Super Bowl Sustainability

Volunteers unloading boxes of fresh strawberries. Image: Joel Muniz

With thousands of people in attendance and hundreds more working the event, the Super Bowl has the potential to generate a lot of waste and use a lot of energy. But when it comes to sustainability, the NFL has made a commitment since 1993 to leave their host city better than when they arrived. The program, NFL Green, has made the Super Bowl the greenest professional sports event in America. The program has several prominent initiatives:

  • Food Recovery: prepared, unserved food and packaged snacks and beverages are donated to local food banks. According to the NFL Green site, the Super Bowl can generate as much as 140,000 pounds of donatable food and beverages.
  • Community Greening: In every Super Bowl host city, NFL Green works with local community organizations and parks and recreation departments to plant trees, invest in green spaces for children to play, create community gardens in food deserts, restore habitats, and engage in reforestation efforts.
  • Material Recovery: Each Super Bowl generates tons and tons of material, such as fabric, carpet, building materials, and other donatable items. NFL Green partners with area organizations to recover this material after an event and donate it to nonprofit groups like Habitat for Humanity, Salvation Army, schools, and local artist groups, diverting thousands of pounds of material from landfills.
  • Super Kids-Super Sharing: This project works to provide books, sports equipment, and school supplies into the hands of children in need at hundreds of local schools in the Super Bowl host city.
  • Recycling and Solid Waste Management: NFL Green partners with host city stadium facilities to find ways to maximize recycling and landfill diversion efforts, with sponsor partnerships to support Zero Waste.
  • Super Bowl E-Waste Event: Verizon runs a one-day program at a local zoo shortly before the Super Bowl in its host city to collect electronic waste, which helps preserve animal habitats where many of the minerals used in electronics are found and mined.
  • Green Energy: Each year, the NFL estimates how much energy it will take to run the Super Bowl in the host city, and then purchases renewable energy certificates (RECs) equivalent to that energy usage total. REC funding increases the country’s “green” electricity capacity.
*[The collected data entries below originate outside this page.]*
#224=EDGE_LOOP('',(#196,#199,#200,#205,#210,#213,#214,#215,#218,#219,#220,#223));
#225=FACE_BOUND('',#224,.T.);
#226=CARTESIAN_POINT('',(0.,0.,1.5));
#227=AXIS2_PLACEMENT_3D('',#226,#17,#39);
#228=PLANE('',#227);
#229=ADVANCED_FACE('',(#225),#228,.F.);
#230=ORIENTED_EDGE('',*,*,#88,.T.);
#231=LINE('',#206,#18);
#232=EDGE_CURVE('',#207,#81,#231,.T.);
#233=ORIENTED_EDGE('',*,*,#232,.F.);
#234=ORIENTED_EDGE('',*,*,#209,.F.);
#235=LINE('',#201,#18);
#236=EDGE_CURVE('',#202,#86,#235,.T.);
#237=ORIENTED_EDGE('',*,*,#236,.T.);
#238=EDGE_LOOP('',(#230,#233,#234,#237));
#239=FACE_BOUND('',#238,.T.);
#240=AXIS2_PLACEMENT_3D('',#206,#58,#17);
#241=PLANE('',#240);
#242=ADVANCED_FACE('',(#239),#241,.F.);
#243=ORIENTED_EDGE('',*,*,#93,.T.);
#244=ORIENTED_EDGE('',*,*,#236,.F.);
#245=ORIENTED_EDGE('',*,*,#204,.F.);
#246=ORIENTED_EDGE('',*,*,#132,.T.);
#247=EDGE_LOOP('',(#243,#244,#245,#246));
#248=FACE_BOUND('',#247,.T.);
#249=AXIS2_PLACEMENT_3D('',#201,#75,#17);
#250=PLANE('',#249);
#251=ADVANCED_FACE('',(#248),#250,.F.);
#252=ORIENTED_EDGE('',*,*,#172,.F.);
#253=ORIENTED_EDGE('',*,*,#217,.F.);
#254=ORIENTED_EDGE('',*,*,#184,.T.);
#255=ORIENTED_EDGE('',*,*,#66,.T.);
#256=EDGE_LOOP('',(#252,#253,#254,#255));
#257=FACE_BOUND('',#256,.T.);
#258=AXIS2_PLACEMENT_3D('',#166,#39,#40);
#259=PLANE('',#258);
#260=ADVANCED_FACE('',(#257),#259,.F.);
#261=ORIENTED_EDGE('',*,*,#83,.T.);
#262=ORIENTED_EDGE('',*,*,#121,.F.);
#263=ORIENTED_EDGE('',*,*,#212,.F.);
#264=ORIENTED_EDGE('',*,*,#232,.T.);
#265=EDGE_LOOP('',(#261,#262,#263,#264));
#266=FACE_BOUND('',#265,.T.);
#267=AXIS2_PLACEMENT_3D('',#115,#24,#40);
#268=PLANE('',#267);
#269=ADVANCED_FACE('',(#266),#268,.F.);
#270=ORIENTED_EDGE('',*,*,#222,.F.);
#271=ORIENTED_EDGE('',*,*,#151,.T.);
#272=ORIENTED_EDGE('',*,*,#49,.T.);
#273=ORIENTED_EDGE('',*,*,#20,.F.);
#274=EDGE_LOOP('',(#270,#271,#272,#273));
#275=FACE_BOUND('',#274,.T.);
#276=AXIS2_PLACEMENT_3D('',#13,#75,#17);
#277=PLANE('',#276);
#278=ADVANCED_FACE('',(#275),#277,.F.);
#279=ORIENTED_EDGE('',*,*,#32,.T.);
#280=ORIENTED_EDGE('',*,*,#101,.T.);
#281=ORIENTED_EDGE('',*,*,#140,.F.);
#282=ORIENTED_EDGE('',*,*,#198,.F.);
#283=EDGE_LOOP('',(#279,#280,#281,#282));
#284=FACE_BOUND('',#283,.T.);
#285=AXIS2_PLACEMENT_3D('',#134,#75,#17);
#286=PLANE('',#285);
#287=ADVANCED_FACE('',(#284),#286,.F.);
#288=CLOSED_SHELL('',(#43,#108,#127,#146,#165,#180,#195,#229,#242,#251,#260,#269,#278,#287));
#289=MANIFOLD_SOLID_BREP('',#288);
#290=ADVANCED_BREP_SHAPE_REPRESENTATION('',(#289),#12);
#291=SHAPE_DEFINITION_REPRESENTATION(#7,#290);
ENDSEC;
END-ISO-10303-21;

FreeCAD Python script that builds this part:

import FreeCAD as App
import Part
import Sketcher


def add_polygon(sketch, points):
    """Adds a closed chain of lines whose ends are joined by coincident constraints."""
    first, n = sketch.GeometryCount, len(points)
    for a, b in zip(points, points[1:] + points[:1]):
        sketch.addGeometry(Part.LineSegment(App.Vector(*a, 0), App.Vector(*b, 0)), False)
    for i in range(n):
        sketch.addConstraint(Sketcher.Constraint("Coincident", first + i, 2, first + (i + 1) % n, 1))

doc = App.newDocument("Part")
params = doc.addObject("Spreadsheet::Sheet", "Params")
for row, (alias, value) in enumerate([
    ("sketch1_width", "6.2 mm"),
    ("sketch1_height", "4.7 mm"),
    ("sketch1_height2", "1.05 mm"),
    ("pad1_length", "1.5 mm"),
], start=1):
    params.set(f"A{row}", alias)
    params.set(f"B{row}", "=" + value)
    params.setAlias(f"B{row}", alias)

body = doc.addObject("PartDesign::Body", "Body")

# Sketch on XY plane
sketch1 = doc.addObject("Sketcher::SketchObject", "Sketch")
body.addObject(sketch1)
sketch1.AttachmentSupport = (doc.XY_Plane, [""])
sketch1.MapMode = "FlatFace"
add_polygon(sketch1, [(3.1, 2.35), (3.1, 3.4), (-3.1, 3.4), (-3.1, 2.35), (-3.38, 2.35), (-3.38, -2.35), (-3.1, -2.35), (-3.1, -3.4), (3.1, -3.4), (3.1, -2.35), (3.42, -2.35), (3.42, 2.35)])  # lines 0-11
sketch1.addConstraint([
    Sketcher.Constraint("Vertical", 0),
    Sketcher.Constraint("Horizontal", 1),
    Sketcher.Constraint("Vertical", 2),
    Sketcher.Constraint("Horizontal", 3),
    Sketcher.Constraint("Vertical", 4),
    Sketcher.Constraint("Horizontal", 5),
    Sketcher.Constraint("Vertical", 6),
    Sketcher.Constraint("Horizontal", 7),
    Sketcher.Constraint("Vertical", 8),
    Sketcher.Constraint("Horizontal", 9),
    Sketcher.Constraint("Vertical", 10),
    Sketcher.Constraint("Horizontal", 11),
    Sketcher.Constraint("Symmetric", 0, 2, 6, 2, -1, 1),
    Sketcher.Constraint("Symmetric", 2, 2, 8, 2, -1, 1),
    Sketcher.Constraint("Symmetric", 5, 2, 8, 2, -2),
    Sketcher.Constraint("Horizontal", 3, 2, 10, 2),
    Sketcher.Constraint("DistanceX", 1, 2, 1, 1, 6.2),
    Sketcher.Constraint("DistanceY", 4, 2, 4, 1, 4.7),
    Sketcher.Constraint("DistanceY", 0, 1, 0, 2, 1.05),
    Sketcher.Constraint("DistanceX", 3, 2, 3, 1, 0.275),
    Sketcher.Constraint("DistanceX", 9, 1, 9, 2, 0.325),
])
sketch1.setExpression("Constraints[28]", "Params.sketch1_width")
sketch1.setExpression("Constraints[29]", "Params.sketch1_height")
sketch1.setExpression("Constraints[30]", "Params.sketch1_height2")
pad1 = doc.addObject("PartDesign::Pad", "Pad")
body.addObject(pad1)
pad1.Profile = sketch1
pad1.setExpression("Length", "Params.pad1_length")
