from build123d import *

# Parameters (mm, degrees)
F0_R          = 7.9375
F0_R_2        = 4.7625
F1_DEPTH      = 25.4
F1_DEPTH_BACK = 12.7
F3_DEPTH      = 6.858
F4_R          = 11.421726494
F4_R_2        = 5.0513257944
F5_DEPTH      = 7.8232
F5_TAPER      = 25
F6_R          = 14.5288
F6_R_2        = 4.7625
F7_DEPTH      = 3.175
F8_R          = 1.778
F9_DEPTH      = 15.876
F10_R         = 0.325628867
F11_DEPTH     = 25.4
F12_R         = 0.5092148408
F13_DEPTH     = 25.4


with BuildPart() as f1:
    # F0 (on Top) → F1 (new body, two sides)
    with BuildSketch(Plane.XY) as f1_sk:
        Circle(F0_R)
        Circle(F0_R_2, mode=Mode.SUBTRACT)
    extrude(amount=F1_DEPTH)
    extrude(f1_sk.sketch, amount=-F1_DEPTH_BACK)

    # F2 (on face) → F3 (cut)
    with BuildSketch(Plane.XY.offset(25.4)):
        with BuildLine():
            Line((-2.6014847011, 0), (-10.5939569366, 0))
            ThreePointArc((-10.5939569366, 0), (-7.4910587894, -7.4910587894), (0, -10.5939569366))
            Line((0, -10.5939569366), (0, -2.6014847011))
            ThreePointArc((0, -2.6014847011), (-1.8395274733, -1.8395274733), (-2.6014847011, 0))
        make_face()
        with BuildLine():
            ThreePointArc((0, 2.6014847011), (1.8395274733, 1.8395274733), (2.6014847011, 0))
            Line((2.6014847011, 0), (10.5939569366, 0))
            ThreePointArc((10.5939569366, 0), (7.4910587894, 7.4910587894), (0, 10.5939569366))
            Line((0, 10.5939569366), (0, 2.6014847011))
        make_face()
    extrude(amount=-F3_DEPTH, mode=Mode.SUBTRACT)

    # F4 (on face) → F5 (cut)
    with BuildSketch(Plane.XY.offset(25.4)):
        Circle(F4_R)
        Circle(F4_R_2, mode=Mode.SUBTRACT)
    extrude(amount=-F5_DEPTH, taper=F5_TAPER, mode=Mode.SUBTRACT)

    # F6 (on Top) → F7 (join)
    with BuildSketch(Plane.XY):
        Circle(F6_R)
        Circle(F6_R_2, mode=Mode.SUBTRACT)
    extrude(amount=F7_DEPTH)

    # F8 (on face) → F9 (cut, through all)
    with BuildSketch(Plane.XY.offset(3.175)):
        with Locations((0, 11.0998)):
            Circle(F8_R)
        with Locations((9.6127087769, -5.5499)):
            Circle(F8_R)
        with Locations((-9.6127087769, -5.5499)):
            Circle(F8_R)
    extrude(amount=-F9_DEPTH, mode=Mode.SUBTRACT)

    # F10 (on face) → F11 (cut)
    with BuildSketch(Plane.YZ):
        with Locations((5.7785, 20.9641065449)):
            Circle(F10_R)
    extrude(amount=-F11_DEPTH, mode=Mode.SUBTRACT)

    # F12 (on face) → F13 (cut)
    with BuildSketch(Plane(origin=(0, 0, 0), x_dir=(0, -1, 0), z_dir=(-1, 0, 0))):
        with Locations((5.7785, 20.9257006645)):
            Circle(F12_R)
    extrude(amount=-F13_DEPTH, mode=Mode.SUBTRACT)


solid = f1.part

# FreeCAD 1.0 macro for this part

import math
import FreeCAD as App
import Part
import Sketcher
from FreeCAD import Vector
Q = App.Units.Quantity

doc = App.newDocument("Part")
body = doc.addObject("PartDesign::Body", "Body")

# Sketch on XY plane
sketch1 = doc.addObject("Sketcher::SketchObject", "Sketch")
body.addObject(sketch1)
sketch1.AttachmentSupport = (doc.XY_Plane, [""])
sketch1.MapMode = "FlatFace"
sketch1.addGeometry([
    Part.Circle(Vector(0, 0, 0), Vector(0, 0, 1), 7.9),
    Part.Circle(Vector(0, 0, 0), Vector(0, 0, 1), 4.8),
], False)
sketch1.addConstraint([
    Sketcher.Constraint("Coincident", 0, 3, -1, 1),
    Sketcher.Constraint("Coincident", 1, 3, -1, 1),
    Sketcher.Constraint("Diameter", 0, Q("0.625 in")),
    Sketcher.Constraint("Diameter", 1, Q("0.375 in")),
])
pad1 = doc.addObject("PartDesign::Pad", "Pad")
body.addObject(pad1)
pad1.Profile = sketch1
pad1.Type = "TwoLengths"
pad1.Length = Q("1 in")
pad1.Length2 = Q("0.5 in")

# Sketch on XY plane
sketch2 = doc.addObject("Sketcher::SketchObject", "Sketch001")
body.addObject(sketch2)
sketch2.AttachmentSupport = (doc.XY_Plane, [""])
sketch2.MapMode = "FlatFace"
sketch2.AttachmentOffset = App.Placement(Vector(0, 0, 1 * 25.4), App.Rotation())
sketch2.addGeometry([
    Part.LineSegment(Vector(-2.6, 0, 0), Vector(-10.6, 0, 0)),  # 0
    Part.ArcOfCircle(Part.Circle(Vector(0, 0, 0), Vector(0, 0, 1), 10.6), math.radians(180), math.radians(270)),  # 1
    Part.LineSegment(Vector(0, -10.6, 0), Vector(0, -2.6, 0)),  # 2
    Part.ArcOfCircle(Part.Circle(Vector(0, 0, 0), Vector(0, 0, 1), 2.6), math.radians(180), math.radians(270)),  # 3
    Part.ArcOfCircle(Part.Circle(Vector(0, 0, 0), Vector(0, 0, 1), 2.6), math.radians(0), math.radians(90)),  # 4
    Part.LineSegment(Vector(2.6, 0, 0), Vector(10.6, 0, 0)),  # 5
    Part.ArcOfCircle(Part.Circle(Vector(0, 0, 0), Vector(0, 0, 1), 10.6), math.radians(0), math.radians(90)),  # 6
    Part.LineSegment(Vector(0, 10.6, 0), Vector(0, 2.6, 0)),  # 7
], False)
sketch2.addConstraint([
    Sketcher.Constraint("Coincident", 0, 2, 1, 1),
    Sketcher.Constraint("Coincident", 1, 2, 2, 1),
    Sketcher.Constraint("Coincident", 2, 2, 3, 2),
    Sketcher.Constraint("Coincident", 3, 1, 0, 1),
    Sketcher.Constraint("Coincident", 4, 1, 5, 1),
    Sketcher.Constraint("Coincident", 5, 2, 6, 1),
    Sketcher.Constraint("Coincident", 6, 2, 7, 1),
    Sketcher.Constraint("Coincident", 7, 2, 4, 2),
    Sketcher.Constraint("Horizontal", 0),
    Sketcher.Constraint("Vertical", 2),
    Sketcher.Constraint("Horizontal", 5),
    Sketcher.Constraint("Vertical", 7),
    Sketcher.Constraint("Coincident", 1, 3, -1, 1),
    Sketcher.Constraint("Coincident", 3, 3, -1, 1),
    Sketcher.Constraint("Coincident", 4, 3, -1, 1),
    Sketcher.Constraint("Coincident", 6, 3, -1, 1),
    Sketcher.Constraint("Equal", 3, 4),
    Sketcher.Constraint("Equal", 1, 6),
    Sketcher.Constraint("PointOnObject", 0, 2, -1),
    Sketcher.Constraint("PointOnObject", 1, 2, -2),
    Sketcher.Constraint("PointOnObject", 4, 1, -1),
    Sketcher.Constraint("PointOnObject", 6, 2, -2),
    Sketcher.Constraint("Radius", 1, 10.593957),
    Sketcher.Constraint("Radius", 3, 2.601485),
])
pocket1 = doc.addObject("PartDesign::Pocket", "Pocket")
body.addObject(pocket1)
pocket1.Profile = sketch2
pocket1.Length = Q("0.27 in")

# Sketch on XY plane
sketch3 = doc.addObject("Sketcher::SketchObject", "Sketch002")
body.addObject(sketch3)
sketch3.AttachmentSupport = (doc.XY_Plane, [""])
sketch3.MapMode = "FlatFace"
sketch3.AttachmentOffset = App.Placement(Vector(0, 0, 1 * 25.4), App.Rotation())
sketch3.addGeometry([
    Part.Circle(Vector(0, 0, 0), Vector(0, 0, 1), 11),
    Part.Circle(Vector(0, 0, 0), Vector(0, 0, 1), 5),
], False)
sketch3.addConstraint([
    Sketcher.Constraint("Coincident", 0, 3, -1, 1),
    Sketcher.Constraint("Coincident", 1, 3, -1, 1),
    Sketcher.Constraint("Diameter", 1, 10.102652),
    Sketcher.Constraint("Diameter", 0, 22.843453),
])
pocket2 = doc.addObject("PartDesign::Pocket", "Pocket001")
body.addObject(pocket2)
pocket2.Profile = sketch3
pocket2.Length = Q("0.308 in")
pocket2.TaperAngle = 25

# Sketch on XY plane
sketch4 = doc.addObject("Sketcher::SketchObject", "Sketch003")
body.addObject(sketch4)
sketch4.AttachmentSupport = (doc.XY_Plane, [""])
sketch4.MapMode = "FlatFace"
sketch4.addGeometry([
    Part.Circle(Vector(0, 0, 0), Vector(0, 0, 1), 14.5),
    Part.Circle(Vector(0, 0, 0), Vector(0, 0, 1), 4.8),
], False)
sketch4.addConstraint([
    Sketcher.Constraint("Coincident", 0, 3, -1, 1),
    Sketcher.Constraint("Coincident", 1, 3, -1, 1),
    Sketcher.Constraint("Diameter", 0, Q("1.144 in")),
    Sketcher.Constraint("Diameter", 1, Q("0.375 in")),
])
pad2 = doc.addObject("PartDesign::Pad", "Pad001")
body.addObject(pad2)
pad2.Profile = sketch4
pad2.Length = Q("0.125 in")

# Sketch on XY plane
sketch5 = doc.addObject("Sketcher::SketchObject", "Sketch004")
body.addObject(sketch5)
sketch5.AttachmentSupport = (doc.XY_Plane, [""])
sketch5.MapMode = "FlatFace"
sketch5.AttachmentOffset = App.Placement(Vector(0, 0, 0.125 * 25.4), App.Rotation())
sketch5.addGeometry([
    Part.Circle(Vector(0, 11.1, 0), Vector(0, 0, 1), 1.8),
    Part.Circle(Vector(9.6, -5.5, 0), Vector(0, 0, 1), 1.8),
    Part.Circle(Vector(-9.6, -5.5, 0), Vector(0, 0, 1), 1.8),
], False)
sketch5.addConstraint([
    Sketcher.Constraint("Equal", 0, 1),
    Sketcher.Constraint("Equal", 1, 2),
    Sketcher.Constraint("Symmetric", 1, 3, 2, 3, -2),
    Sketcher.Constraint("PointOnObject", 0, 3, -2),
    Sketcher.Constraint("Diameter", 0, Q("0.14 in")),
    Sketcher.Constraint("DistanceY", -1, 1, 0, 3, Q("0.437 in")),
    Sketcher.Constraint("DistanceY", 1, 3, -1, 1, Q("0.2185 in")),
    Sketcher.Constraint("DistanceX", -1, 1, 1, 3, 9.612709),
])
pocket3 = doc.addObject("PartDesign::Pocket", "Pocket002")
body.addObject(pocket3)
pocket3.Profile = sketch5
pocket3.Type = "ThroughAll"

# Sketch on YZ plane
sketch6 = doc.addObject("Sketcher::SketchObject", "Sketch005")
body.addObject(sketch6)
sketch6.AttachmentSupport = (doc.YZ_Plane, [""])
sketch6.MapMode = "FlatFace"
sketch6.addGeometry(Part.Circle(Vector(5.78, 20.96, 0), Vector(0, 0, 1), 0.33), False)
sketch6.addConstraint([
    Sketcher.Constraint("Diameter", 0, 0.651258),
    Sketcher.Constraint("DistanceX", -1, 1, 0, 3, Q("0.2275 in")),
    Sketcher.Constraint("DistanceY", -1, 1, 0, 3, 20.964107),
])
pocket4 = doc.addObject("PartDesign::Pocket", "Pocket003")
body.addObject(pocket4)
pocket4.Profile = sketch6
pocket4.Length = Q("1 in")

# Sketch on YZ plane
sketch7 = doc.addObject("Sketcher::SketchObject", "Sketch006")
body.addObject(sketch7)
sketch7.AttachmentSupport = (doc.YZ_Plane, [""])
sketch7.MapMode = "FlatFace"
sketch7.addGeometry(Part.Circle(Vector(-5.8, 20.9, 0), Vector(0, 0, 1), 0.5), False)
sketch7.addConstraint([
    Sketcher.Constraint("Diameter", 0, 1.01843),
    Sketcher.Constraint("DistanceX", 0, 3, -1, 1, Q("0.2275 in")),
    Sketcher.Constraint("DistanceY", -1, 1, 0, 3, 20.925701),
])
pocket5 = doc.addObject("PartDesign::Pocket", "Pocket004")
body.addObject(pocket5)
pocket5.Profile = sketch7
pocket5.Length = Q("1 in")
pocket5.Reversed = True

doc.recompute()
How the Super Bowl Can Speed Up the Slow March of Justice

With millions of Americans tuning in to watch this one evening of entertainment, organizations across the spectrum have realized what an opportunity it is to educate and inform Americans about causes that we might otherwise overlook. Throughout the last several years, cause advertisers and promoters have called attention to issues such as human trafficking, cancer research, blood donation, disabilities, vaccine awareness, HIV/AIDS, domestic violence, access to clean water, homelessness, poverty, social injustice, disaster relief, diversity and inclusion in the workplace, gender equality in sports and STEM fields, climate change, and more.
While the list of ways the world can go wrong is long, Christians are called to keep seeking justice, loving mercy, and walking humbly. “Let us not become weary in doing good, for at the proper time we will reap a harvest if we do not give up” writes Paul in Galatians 6:9 (NIV). In this way, advertisers of causes have made it possible for us to continue being aware of the places we can partner to continue the effort to bring the promised kingdom of heaven to earth.